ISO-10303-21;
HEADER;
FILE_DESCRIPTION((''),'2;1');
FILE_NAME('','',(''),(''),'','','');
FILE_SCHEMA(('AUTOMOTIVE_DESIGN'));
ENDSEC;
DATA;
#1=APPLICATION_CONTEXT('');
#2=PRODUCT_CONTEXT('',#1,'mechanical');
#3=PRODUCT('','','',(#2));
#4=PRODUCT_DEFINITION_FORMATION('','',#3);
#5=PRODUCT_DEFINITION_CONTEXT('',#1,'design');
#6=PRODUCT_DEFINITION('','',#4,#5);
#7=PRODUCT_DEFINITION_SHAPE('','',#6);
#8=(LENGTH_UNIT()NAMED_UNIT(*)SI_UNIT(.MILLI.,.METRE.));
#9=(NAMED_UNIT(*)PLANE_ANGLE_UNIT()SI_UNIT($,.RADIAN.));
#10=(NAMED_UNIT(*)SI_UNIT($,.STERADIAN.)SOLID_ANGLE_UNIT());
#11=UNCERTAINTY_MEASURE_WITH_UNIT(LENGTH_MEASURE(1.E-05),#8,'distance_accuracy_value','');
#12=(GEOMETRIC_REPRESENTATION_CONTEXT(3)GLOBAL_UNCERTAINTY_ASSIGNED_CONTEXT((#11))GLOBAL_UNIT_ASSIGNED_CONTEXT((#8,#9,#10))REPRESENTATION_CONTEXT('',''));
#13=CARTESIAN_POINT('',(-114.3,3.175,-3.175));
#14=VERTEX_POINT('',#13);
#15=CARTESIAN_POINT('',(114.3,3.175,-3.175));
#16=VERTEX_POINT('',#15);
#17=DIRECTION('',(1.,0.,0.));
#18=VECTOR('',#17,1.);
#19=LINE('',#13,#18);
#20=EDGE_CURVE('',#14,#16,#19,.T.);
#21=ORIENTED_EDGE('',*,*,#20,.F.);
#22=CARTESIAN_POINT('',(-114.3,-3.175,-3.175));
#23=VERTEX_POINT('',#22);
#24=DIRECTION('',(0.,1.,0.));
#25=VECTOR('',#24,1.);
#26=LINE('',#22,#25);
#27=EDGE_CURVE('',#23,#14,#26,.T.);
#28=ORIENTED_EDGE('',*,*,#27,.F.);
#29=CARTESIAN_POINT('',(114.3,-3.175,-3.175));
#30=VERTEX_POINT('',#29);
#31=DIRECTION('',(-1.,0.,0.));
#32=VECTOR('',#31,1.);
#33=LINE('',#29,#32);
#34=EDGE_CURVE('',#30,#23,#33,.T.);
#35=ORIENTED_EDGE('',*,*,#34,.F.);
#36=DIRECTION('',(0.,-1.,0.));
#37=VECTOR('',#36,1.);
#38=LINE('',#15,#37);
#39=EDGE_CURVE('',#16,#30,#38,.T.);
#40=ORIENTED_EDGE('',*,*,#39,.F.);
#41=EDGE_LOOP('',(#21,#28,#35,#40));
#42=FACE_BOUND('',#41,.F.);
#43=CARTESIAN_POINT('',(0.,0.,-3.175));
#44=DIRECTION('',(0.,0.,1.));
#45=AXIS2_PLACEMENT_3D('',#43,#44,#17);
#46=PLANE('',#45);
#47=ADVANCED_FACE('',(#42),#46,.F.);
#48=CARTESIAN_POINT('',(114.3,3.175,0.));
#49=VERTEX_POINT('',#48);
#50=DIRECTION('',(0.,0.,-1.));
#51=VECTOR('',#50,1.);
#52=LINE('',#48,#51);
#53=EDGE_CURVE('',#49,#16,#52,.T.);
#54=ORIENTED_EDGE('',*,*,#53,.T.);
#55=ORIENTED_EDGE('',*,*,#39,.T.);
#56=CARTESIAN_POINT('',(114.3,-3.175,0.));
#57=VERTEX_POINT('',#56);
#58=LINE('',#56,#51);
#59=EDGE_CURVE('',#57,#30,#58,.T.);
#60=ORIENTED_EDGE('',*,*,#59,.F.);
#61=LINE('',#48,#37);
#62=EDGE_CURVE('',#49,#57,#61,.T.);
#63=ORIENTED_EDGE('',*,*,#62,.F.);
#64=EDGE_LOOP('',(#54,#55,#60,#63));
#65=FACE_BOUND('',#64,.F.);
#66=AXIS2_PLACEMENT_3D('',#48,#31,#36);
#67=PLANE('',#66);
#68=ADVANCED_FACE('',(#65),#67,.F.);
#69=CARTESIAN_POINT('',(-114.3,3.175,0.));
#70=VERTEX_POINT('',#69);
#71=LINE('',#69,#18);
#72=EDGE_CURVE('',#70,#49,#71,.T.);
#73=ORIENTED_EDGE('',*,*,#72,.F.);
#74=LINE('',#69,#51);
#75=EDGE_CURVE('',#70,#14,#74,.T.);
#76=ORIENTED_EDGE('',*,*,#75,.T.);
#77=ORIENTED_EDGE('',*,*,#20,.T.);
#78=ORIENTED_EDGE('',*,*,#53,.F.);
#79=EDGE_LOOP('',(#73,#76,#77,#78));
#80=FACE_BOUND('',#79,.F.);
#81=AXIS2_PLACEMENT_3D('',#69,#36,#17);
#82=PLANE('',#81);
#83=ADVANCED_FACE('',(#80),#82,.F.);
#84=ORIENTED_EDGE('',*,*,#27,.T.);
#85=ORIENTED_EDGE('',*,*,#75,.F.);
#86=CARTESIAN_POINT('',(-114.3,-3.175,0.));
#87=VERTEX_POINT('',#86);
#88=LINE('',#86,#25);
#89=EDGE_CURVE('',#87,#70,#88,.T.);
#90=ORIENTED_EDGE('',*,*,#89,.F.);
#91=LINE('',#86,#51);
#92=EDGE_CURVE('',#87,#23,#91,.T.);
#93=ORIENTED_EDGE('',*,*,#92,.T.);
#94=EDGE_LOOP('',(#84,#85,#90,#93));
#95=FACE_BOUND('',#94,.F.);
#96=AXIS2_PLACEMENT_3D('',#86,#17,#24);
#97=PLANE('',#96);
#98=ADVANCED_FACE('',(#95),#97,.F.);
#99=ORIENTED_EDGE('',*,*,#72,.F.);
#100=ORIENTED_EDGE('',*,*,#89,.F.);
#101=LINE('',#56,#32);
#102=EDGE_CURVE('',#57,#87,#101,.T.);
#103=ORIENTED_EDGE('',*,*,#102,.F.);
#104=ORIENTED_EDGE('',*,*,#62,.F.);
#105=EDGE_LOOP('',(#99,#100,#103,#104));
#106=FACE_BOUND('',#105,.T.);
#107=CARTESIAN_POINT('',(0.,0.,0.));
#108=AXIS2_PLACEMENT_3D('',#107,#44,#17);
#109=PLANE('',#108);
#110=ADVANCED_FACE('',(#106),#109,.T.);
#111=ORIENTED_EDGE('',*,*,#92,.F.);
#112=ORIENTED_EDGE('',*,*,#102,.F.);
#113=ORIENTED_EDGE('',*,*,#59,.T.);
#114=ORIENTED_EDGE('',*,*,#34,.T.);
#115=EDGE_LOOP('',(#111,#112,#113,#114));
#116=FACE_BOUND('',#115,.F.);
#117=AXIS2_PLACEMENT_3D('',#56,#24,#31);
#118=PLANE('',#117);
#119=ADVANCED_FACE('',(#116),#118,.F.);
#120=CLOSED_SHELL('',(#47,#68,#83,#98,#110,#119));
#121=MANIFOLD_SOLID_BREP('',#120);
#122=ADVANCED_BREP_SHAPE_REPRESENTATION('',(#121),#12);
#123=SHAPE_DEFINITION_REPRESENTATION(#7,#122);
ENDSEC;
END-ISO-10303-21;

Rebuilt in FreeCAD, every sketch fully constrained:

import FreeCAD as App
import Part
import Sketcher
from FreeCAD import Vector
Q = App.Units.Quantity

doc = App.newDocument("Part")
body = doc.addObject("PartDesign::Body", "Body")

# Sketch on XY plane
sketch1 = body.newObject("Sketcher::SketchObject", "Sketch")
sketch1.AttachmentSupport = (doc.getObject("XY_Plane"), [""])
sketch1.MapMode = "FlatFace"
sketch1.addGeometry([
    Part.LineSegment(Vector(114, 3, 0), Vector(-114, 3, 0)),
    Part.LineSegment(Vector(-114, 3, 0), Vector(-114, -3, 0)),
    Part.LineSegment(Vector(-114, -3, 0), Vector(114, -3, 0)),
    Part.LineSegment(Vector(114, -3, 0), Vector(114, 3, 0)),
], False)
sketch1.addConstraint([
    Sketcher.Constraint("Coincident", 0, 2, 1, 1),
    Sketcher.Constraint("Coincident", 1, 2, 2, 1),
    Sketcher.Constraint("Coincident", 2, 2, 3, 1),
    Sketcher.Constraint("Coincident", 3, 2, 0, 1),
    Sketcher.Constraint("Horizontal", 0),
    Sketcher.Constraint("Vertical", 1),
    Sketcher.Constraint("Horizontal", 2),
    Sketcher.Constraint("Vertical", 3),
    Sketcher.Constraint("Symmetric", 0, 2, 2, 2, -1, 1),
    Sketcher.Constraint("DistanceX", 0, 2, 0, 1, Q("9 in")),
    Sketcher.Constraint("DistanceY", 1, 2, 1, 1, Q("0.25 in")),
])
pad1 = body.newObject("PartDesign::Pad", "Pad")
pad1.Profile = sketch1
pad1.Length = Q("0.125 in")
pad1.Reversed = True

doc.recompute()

+---+

■ EXERCISE OBJECTIVE ■
Could you retype exactly the lines from the first one of the records through the line containing "#4=PRODUCT_DEFINITION_FORMATION('','',#3);", both included, and nothing more?

■ WRITTEN ANSWER ■
ISO-10303-21;
HEADER;
FILE_DESCRIPTION((''),'2;1');
FILE_NAME('','',(''),(''),'','','');
FILE_SCHEMA(('AUTOMOTIVE_DESIGN'));
ENDSEC;
DATA;
#1=APPLICATION_CONTEXT('');
#2=PRODUCT_CONTEXT('',#1,'mechanical');
#3=PRODUCT('','','',(#2));
#4=PRODUCT_DEFINITION_FORMATION('','',#3);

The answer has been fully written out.